Your task: Reproduce, without any change, the span of lines from the opening of the records below to the line containing "f 882 881 860", inclusive.

Supplied information:
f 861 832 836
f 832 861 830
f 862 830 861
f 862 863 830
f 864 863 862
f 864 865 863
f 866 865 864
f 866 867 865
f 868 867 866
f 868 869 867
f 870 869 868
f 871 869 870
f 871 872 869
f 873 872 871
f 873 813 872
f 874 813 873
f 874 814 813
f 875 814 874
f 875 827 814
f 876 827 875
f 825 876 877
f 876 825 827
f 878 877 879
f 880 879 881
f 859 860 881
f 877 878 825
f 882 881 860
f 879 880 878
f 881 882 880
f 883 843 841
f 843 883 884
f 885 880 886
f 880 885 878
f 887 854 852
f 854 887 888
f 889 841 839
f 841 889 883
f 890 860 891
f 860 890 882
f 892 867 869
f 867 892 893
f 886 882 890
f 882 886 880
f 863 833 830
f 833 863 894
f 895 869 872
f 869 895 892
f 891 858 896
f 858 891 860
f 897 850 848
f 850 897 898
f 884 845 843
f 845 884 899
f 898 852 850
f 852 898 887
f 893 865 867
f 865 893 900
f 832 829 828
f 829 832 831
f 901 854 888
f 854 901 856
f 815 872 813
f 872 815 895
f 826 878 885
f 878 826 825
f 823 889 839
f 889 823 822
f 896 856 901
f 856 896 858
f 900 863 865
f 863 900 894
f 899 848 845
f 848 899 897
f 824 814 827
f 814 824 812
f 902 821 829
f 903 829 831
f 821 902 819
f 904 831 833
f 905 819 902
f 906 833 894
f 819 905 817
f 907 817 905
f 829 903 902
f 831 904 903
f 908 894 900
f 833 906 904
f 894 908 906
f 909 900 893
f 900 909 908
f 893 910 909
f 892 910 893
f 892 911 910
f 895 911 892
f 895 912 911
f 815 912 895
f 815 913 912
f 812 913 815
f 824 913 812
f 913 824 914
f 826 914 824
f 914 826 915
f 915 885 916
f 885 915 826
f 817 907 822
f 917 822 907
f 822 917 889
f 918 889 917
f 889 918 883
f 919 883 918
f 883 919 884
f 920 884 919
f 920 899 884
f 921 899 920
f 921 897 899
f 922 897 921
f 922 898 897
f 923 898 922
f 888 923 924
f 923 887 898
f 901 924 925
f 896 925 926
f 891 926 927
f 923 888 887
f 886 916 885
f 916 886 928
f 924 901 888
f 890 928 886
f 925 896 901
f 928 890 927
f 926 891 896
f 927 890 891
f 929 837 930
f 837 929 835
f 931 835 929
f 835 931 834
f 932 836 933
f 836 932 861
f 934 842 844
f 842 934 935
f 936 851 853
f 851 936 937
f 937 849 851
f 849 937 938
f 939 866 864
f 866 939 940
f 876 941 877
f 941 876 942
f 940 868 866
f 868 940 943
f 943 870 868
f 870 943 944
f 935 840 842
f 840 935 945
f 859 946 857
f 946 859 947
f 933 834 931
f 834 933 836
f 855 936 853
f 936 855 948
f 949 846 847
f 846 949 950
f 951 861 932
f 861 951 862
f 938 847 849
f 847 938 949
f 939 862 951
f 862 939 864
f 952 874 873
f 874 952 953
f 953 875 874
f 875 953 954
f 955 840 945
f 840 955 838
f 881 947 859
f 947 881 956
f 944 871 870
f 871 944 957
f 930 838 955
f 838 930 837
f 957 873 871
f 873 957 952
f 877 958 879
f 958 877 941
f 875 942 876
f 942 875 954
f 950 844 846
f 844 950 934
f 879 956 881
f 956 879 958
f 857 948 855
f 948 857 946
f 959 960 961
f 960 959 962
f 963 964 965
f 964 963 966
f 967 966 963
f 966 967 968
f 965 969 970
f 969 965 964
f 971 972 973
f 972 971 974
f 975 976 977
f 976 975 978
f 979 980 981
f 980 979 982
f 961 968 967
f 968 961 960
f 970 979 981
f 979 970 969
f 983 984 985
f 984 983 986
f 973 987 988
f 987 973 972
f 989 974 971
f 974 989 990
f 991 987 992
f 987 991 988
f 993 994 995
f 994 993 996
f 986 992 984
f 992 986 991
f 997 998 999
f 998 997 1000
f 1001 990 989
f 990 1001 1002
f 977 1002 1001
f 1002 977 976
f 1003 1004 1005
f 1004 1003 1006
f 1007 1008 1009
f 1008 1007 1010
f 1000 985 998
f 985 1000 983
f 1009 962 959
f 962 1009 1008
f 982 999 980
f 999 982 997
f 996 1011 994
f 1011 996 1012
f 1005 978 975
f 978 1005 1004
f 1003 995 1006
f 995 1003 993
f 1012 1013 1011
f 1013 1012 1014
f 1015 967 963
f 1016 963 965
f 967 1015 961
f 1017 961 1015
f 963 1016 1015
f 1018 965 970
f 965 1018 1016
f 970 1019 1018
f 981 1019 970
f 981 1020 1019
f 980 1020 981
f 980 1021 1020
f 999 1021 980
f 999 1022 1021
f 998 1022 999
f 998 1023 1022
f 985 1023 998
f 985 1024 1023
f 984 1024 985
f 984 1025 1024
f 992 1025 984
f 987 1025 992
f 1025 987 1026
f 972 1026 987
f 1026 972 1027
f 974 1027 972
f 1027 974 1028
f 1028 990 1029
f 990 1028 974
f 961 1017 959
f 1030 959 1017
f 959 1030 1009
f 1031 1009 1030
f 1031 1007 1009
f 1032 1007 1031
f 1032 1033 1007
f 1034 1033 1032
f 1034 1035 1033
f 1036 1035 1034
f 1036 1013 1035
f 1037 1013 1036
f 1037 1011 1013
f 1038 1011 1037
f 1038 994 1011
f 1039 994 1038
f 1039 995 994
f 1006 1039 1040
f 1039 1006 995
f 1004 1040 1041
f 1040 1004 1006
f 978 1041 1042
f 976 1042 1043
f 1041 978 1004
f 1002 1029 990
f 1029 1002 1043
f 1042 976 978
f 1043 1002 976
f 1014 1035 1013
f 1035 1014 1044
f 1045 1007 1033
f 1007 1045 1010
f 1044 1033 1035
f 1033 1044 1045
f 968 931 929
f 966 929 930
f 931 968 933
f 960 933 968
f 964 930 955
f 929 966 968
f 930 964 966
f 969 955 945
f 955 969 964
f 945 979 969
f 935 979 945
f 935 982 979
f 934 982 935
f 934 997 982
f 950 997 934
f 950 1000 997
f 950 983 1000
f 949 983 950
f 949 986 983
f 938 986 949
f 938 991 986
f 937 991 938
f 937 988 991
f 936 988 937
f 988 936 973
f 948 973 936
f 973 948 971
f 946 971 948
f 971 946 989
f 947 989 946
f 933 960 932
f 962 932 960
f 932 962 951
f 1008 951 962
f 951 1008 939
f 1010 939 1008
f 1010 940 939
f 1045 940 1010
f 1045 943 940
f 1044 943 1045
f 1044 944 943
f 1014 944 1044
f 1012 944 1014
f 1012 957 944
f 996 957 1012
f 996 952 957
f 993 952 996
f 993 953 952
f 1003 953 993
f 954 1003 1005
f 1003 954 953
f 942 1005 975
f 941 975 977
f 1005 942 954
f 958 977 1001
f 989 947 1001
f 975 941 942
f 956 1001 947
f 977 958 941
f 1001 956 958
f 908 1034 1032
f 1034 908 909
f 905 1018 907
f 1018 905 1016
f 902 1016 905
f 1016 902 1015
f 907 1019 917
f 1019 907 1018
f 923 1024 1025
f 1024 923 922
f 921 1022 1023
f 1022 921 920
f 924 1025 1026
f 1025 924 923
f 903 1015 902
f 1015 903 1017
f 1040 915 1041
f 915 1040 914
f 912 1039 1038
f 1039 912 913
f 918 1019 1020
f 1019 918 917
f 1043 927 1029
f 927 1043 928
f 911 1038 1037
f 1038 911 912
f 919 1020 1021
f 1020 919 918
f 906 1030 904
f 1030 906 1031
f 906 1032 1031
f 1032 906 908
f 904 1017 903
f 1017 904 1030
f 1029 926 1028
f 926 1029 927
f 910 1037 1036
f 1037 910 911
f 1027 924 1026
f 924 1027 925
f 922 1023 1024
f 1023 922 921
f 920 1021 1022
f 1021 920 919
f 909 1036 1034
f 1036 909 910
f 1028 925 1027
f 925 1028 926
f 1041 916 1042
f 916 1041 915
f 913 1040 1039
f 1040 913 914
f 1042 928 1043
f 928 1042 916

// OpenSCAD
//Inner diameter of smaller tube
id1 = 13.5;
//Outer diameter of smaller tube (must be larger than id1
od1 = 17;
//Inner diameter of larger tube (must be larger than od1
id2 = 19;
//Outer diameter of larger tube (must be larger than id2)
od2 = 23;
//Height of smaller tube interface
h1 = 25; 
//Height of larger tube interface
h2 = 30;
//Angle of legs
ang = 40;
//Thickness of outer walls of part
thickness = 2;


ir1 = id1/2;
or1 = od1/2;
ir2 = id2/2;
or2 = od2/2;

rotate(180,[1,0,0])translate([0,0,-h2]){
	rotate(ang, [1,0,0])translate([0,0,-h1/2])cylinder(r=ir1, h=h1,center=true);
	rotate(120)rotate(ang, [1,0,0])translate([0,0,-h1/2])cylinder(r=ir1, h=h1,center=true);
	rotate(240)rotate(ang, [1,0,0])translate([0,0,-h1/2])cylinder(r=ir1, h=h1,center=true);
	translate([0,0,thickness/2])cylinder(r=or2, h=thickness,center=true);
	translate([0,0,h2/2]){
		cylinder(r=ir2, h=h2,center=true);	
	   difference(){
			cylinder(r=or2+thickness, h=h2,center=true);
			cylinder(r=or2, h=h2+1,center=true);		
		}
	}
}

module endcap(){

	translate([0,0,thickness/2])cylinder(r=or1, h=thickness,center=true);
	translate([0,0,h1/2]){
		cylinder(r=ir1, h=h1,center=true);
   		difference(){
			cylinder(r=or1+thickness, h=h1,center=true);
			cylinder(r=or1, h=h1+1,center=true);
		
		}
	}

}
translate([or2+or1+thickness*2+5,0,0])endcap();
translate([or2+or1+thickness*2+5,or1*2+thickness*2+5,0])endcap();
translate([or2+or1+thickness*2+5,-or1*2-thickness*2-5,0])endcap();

Solution to the problem:
f 861 832 836
f 832 861 830
f 862 830 861
f 862 863 830
f 864 863 862
f 864 865 863
f 866 865 864
f 866 867 865
f 868 867 866
f 868 869 867
f 870 869 868
f 871 869 870
f 871 872 869
f 873 872 871
f 873 813 872
f 874 813 873
f 874 814 813
f 875 814 874
f 875 827 814
f 876 827 875
f 825 876 877
f 876 825 827
f 878 877 879
f 880 879 881
f 859 860 881
f 877 878 825
f 882 881 860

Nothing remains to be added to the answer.